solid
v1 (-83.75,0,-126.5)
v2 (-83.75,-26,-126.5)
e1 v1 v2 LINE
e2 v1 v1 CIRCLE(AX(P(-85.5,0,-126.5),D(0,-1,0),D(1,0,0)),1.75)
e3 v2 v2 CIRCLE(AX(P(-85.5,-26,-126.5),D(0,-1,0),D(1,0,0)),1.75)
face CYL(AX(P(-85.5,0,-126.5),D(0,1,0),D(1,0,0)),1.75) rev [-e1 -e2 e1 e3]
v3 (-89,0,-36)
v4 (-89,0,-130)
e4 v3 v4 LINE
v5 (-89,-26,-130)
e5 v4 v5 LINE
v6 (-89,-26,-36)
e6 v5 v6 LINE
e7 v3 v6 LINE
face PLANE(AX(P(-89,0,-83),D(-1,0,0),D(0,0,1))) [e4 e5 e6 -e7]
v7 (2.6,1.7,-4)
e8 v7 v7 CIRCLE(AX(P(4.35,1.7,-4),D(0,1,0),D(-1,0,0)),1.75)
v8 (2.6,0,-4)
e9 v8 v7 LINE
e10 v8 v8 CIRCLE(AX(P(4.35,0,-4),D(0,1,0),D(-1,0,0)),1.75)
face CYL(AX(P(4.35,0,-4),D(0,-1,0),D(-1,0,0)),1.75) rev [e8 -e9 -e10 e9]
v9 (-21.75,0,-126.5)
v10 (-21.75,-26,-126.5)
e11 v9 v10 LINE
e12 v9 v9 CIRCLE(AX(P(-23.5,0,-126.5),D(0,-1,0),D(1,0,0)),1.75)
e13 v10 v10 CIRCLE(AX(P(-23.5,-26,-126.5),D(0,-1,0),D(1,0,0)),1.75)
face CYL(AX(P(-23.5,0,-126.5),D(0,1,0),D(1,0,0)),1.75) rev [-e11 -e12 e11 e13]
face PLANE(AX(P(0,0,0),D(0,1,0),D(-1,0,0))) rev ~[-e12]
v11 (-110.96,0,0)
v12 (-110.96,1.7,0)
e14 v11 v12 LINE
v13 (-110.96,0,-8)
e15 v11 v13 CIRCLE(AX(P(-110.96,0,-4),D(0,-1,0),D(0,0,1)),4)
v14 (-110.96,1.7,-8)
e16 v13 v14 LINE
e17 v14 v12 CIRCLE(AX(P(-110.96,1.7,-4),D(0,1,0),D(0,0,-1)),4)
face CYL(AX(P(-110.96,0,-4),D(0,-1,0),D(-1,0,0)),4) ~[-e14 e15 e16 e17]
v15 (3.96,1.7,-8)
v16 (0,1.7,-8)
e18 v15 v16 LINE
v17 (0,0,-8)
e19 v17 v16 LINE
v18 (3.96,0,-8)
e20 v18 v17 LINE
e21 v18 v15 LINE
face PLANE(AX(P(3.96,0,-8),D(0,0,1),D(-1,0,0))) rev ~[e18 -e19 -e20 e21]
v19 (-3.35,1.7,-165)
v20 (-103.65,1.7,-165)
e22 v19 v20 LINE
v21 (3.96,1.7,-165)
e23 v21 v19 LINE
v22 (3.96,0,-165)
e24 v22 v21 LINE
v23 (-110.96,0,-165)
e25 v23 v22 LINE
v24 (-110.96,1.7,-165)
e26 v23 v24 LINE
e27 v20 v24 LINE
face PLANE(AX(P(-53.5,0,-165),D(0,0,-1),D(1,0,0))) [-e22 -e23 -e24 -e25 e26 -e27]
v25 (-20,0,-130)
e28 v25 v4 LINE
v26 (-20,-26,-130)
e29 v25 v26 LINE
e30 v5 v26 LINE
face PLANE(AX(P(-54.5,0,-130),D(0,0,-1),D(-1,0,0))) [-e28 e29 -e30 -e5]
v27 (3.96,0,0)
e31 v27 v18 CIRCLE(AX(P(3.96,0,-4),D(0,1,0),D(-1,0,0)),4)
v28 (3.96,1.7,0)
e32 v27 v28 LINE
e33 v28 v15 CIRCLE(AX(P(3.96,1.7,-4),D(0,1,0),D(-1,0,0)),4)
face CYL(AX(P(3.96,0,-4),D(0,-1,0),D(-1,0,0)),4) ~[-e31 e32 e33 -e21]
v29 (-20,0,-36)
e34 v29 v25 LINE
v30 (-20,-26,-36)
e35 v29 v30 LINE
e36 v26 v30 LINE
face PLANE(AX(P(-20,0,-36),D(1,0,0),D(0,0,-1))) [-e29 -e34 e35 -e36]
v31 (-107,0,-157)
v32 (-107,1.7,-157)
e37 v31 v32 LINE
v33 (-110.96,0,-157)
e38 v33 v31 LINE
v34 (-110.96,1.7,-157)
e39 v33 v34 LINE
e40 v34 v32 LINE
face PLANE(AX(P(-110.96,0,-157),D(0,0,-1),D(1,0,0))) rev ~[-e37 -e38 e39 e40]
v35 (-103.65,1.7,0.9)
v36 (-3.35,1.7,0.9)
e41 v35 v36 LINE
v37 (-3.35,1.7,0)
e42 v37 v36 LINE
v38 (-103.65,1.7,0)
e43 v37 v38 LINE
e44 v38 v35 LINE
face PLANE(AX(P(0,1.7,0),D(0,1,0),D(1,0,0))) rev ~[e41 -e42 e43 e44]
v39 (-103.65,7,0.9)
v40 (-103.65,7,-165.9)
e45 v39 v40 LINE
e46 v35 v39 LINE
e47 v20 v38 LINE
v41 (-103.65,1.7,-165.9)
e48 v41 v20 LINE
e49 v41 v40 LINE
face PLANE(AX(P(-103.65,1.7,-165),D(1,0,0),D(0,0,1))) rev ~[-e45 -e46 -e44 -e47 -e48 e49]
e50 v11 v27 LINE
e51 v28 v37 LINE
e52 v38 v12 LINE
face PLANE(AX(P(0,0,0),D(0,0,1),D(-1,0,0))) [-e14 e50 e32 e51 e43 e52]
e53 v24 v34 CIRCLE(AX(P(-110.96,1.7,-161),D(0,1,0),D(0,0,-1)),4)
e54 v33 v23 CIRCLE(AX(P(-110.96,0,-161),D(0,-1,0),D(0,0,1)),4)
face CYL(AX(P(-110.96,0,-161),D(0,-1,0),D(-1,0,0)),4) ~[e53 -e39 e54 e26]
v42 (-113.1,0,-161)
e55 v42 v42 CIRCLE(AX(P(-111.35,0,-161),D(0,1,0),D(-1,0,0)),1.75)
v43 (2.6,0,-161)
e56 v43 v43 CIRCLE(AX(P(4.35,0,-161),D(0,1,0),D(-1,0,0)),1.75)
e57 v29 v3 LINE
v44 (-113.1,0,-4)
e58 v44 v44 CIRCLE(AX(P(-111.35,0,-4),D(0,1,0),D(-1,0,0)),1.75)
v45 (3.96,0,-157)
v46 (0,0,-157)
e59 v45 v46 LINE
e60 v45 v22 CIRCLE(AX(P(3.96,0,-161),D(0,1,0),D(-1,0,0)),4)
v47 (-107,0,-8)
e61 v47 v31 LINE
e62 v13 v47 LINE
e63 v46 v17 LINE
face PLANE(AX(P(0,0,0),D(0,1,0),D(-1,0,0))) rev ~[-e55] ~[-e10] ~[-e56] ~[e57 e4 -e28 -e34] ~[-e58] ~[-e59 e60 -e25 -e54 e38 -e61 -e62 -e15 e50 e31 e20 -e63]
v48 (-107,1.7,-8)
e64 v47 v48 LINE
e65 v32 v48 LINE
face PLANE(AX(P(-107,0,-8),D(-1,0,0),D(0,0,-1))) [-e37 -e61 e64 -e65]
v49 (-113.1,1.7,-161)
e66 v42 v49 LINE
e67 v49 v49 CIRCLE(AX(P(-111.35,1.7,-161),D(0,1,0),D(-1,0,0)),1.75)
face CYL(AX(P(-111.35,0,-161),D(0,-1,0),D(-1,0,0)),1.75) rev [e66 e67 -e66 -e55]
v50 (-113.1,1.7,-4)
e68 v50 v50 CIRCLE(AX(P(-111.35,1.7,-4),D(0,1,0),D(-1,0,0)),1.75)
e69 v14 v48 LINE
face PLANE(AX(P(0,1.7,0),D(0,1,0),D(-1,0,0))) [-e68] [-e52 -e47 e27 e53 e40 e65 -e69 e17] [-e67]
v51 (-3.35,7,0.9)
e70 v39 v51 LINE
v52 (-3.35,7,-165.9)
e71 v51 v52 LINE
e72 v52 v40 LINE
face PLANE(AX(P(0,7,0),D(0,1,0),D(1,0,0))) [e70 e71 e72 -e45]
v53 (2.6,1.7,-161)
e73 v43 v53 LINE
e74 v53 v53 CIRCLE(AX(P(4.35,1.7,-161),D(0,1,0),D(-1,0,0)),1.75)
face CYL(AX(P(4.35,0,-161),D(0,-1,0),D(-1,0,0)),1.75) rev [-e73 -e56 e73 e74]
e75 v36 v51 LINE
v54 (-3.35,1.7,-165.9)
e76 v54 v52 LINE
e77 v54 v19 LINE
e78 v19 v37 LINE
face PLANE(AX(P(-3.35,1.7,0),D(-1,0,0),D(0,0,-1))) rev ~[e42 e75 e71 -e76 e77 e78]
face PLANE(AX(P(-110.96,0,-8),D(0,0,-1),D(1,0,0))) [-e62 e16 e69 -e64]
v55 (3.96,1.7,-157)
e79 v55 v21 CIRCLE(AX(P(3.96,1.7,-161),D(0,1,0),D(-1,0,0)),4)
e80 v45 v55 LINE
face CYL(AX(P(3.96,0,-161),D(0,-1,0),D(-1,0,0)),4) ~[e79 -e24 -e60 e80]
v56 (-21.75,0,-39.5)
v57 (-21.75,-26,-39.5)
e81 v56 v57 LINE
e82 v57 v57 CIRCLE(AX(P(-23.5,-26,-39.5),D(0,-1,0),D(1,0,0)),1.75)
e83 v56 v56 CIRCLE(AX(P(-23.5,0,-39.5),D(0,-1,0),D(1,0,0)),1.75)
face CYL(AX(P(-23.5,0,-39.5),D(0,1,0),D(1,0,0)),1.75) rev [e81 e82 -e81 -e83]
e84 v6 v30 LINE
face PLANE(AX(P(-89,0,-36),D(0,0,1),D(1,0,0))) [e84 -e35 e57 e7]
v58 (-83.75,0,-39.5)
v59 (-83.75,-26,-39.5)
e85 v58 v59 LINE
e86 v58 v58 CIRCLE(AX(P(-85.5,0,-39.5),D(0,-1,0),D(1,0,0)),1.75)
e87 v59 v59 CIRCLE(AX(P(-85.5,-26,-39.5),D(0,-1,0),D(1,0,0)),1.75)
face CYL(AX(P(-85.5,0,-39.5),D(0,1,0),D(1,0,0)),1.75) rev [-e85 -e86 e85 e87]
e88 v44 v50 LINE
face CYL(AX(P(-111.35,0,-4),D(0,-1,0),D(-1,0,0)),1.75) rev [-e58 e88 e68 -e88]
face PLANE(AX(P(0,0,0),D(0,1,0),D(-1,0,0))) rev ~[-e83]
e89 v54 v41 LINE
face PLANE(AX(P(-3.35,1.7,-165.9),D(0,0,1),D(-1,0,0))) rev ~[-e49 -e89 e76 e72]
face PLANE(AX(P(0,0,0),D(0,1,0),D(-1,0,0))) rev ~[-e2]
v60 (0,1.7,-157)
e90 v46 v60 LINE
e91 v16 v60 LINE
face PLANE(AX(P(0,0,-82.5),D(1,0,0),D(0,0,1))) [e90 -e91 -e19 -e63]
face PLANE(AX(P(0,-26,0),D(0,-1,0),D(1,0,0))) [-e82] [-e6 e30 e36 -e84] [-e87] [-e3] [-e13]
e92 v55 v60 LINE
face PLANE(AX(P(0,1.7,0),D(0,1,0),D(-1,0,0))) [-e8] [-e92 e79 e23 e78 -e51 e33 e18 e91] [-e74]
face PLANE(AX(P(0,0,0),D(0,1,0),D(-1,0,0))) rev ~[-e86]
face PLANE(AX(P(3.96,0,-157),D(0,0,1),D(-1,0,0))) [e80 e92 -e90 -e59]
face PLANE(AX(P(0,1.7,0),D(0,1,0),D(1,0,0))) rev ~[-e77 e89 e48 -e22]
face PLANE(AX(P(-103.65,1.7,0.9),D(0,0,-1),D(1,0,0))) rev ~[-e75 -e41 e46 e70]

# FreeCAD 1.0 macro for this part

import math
import FreeCAD as App
import Part
import Sketcher
from FreeCAD import Vector


def add_polygon(sketch, points):
    """Adds a closed chain of lines whose ends are joined by coincident constraints."""
    first, n = sketch.GeometryCount, len(points)
    for a, b in zip(points, points[1:] + points[:1]):
        sketch.addGeometry(Part.LineSegment(App.Vector(*a, 0), App.Vector(*b, 0)), False)
    for i in range(n):
        sketch.addConstraint(Sketcher.Constraint("Coincident", first + i, 2, first + (i + 1) % n, 1))

doc = App.newDocument("Part")
body = doc.addObject("PartDesign::Body", "Body")

# Sketch on XZ plane
sketch1 = body.newObject("Sketcher::SketchObject", "Sketch")
sketch1.AttachmentSupport = (doc.getObject("XZ_Plane"), [""])
sketch1.MapMode = "FlatFace"
sketch1.addGeometry([
    Part.ArcOfCircle(Part.Circle(Vector(4, -4, 0), Vector(0, 0, 1), 4), math.radians(-90), math.radians(90)),  # 0
    Part.LineSegment(Vector(4, -8, 0), Vector(0, -8, 0)),  # 1
    Part.LineSegment(Vector(0, -8, 0), Vector(0, -157, 0)),  # 2
    Part.LineSegment(Vector(0, -157, 0), Vector(4, -157, 0)),  # 3
    Part.ArcOfCircle(Part.Circle(Vector(4, -161, 0), Vector(0, 0, 1), 4), math.radians(-90), math.radians(90)),  # 4
    Part.LineSegment(Vector(4, -165, 0), Vector(-111, -165, 0)),  # 5
    Part.ArcOfCircle(Part.Circle(Vector(-111, -161, 0), Vector(0, 0, 1), 4), math.radians(90), math.radians(270)),  # 6
    Part.LineSegment(Vector(-111, -157, 0), Vector(-107, -157, 0)),  # 7
    Part.LineSegment(Vector(-107, -157, 0), Vector(-107, -8, 0)),  # 8
    Part.LineSegment(Vector(-107, -8, 0), Vector(-111, -8, 0)),  # 9
    Part.ArcOfCircle(Part.Circle(Vector(-111, -4, 0), Vector(0, 0, 1), 4), math.radians(90), math.radians(270)),  # 10
    Part.LineSegment(Vector(-111, 0, 0), Vector(4, 0, 0)),  # 11
    Part.Circle(Vector(4.3, -4, 0), Vector(0, 0, 1), 1.8),  # 12
    Part.Circle(Vector(-111.3, -4, 0), Vector(0, 0, 1), 1.8),  # 13
    Part.Circle(Vector(4.3, -161, 0), Vector(0, 0, 1), 1.8),  # 14
    Part.Circle(Vector(-111.3, -161, 0), Vector(0, 0, 1), 1.8),  # 15
], False)
sketch1.addConstraint([
    Sketcher.Constraint("Tangent", 0, 1, 1, 1),
    Sketcher.Constraint("Coincident", 1, 2, 2, 1),
    Sketcher.Constraint("Coincident", 2, 2, 3, 1),
    Sketcher.Constraint("Tangent", 3, 2, 4, 2),
    Sketcher.Constraint("Tangent", 4, 1, 5, 1),
    Sketcher.Constraint("Tangent", 5, 2, 6, 2),
    Sketcher.Constraint("Tangent", 6, 1, 7, 1),
    Sketcher.Constraint("Coincident", 7, 2, 8, 1),
    Sketcher.Constraint("Coincident", 8, 2, 9, 1),
    Sketcher.Constraint("Tangent", 9, 2, 10, 2),
    Sketcher.Constraint("Tangent", 10, 1, 11, 1),
    Sketcher.Constraint("Tangent", 11, 2, 0, 2),
    Sketcher.Constraint("Horizontal", 1),
    Sketcher.Constraint("Vertical", 2),
    Sketcher.Constraint("Horizontal", 3),
    Sketcher.Constraint("Horizontal", 5),
    Sketcher.Constraint("Horizontal", 7),
    Sketcher.Constraint("Vertical", 8),
    Sketcher.Constraint("Horizontal", 9),
    Sketcher.Constraint("Horizontal", 11),
    Sketcher.Constraint("Equal", 0, 4),
    Sketcher.Constraint("Equal", 4, 6),
    Sketcher.Constraint("Equal", 6, 10),
    Sketcher.Constraint("Equal", 12, 13),
    Sketcher.Constraint("Equal", 13, 14),
    Sketcher.Constraint("Equal", 14, 15),
    Sketcher.Constraint("PointOnObject", 1, 2, -2),
    Sketcher.Constraint("PointOnObject", 10, 1, -1),
    Sketcher.Constraint("Horizontal", 10, 3, 12, 3),
    Sketcher.Constraint("Horizontal", 12, 3, 13, 3),
    Sketcher.Constraint("Horizontal", 6, 3, 14, 3),
    Sketcher.Constraint("Horizontal", 14, 3, 15, 3),
    Sketcher.Constraint("Vertical", 0, 3, 4, 3),
    Sketcher.Constraint("Vertical", 6, 3, 10, 3),
    Sketcher.Constraint("Vertical", 12, 3, 14, 3),
    Sketcher.Constraint("Vertical", 13, 3, 15, 3),
    Sketcher.Constraint("Equal", 3, 7),
    Sketcher.Constraint("Radius", 0, 4.0),
    Sketcher.Constraint("Diameter", 12, 3.5),
    Sketcher.Constraint("DistanceY", 4, 1, -1, 1, 165.0),
    Sketcher.Constraint("DistanceX", 7, 2, -1, 1, 107.0),
    Sketcher.Constraint("DistanceX", 1, 2, 1, 1, 3.96),
    Sketcher.Constraint("DistanceX", 13, 3, 12, 3, 115.7),
    Sketcher.Constraint("DistanceX", -1, 1, 12, 3, 4.35),
])
pad1 = body.newObject("PartDesign::Pad", "Pad")
pad1.Profile = sketch1
pad1.Length = 1.7
pad1.Reversed = True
******
# What to produce
Scan the entries above for the line containing "v36 (-3.35,1.7,0.9)", and copy it and all lines after it exactly, down to and including the line containing "e46 v35 v39 LINE".

# Solution to this task
v36 (-3.35,1.7,0.9)
e41 v35 v36 LINE
v37 (-3.35,1.7,0)
e42 v37 v36 LINE
v38 (-103.65,1.7,0)
e43 v37 v38 LINE
e44 v38 v35 LINE
face PLANE(AX(P(0,1.7,0),D(0,1,0),D(1,0,0))) rev ~[e41 -e42 e43 e44]
v39 (-103.65,7,0.9)
v40 (-103.65,7,-165.9)
e45 v39 v40 LINE
e46 v35 v39 LINE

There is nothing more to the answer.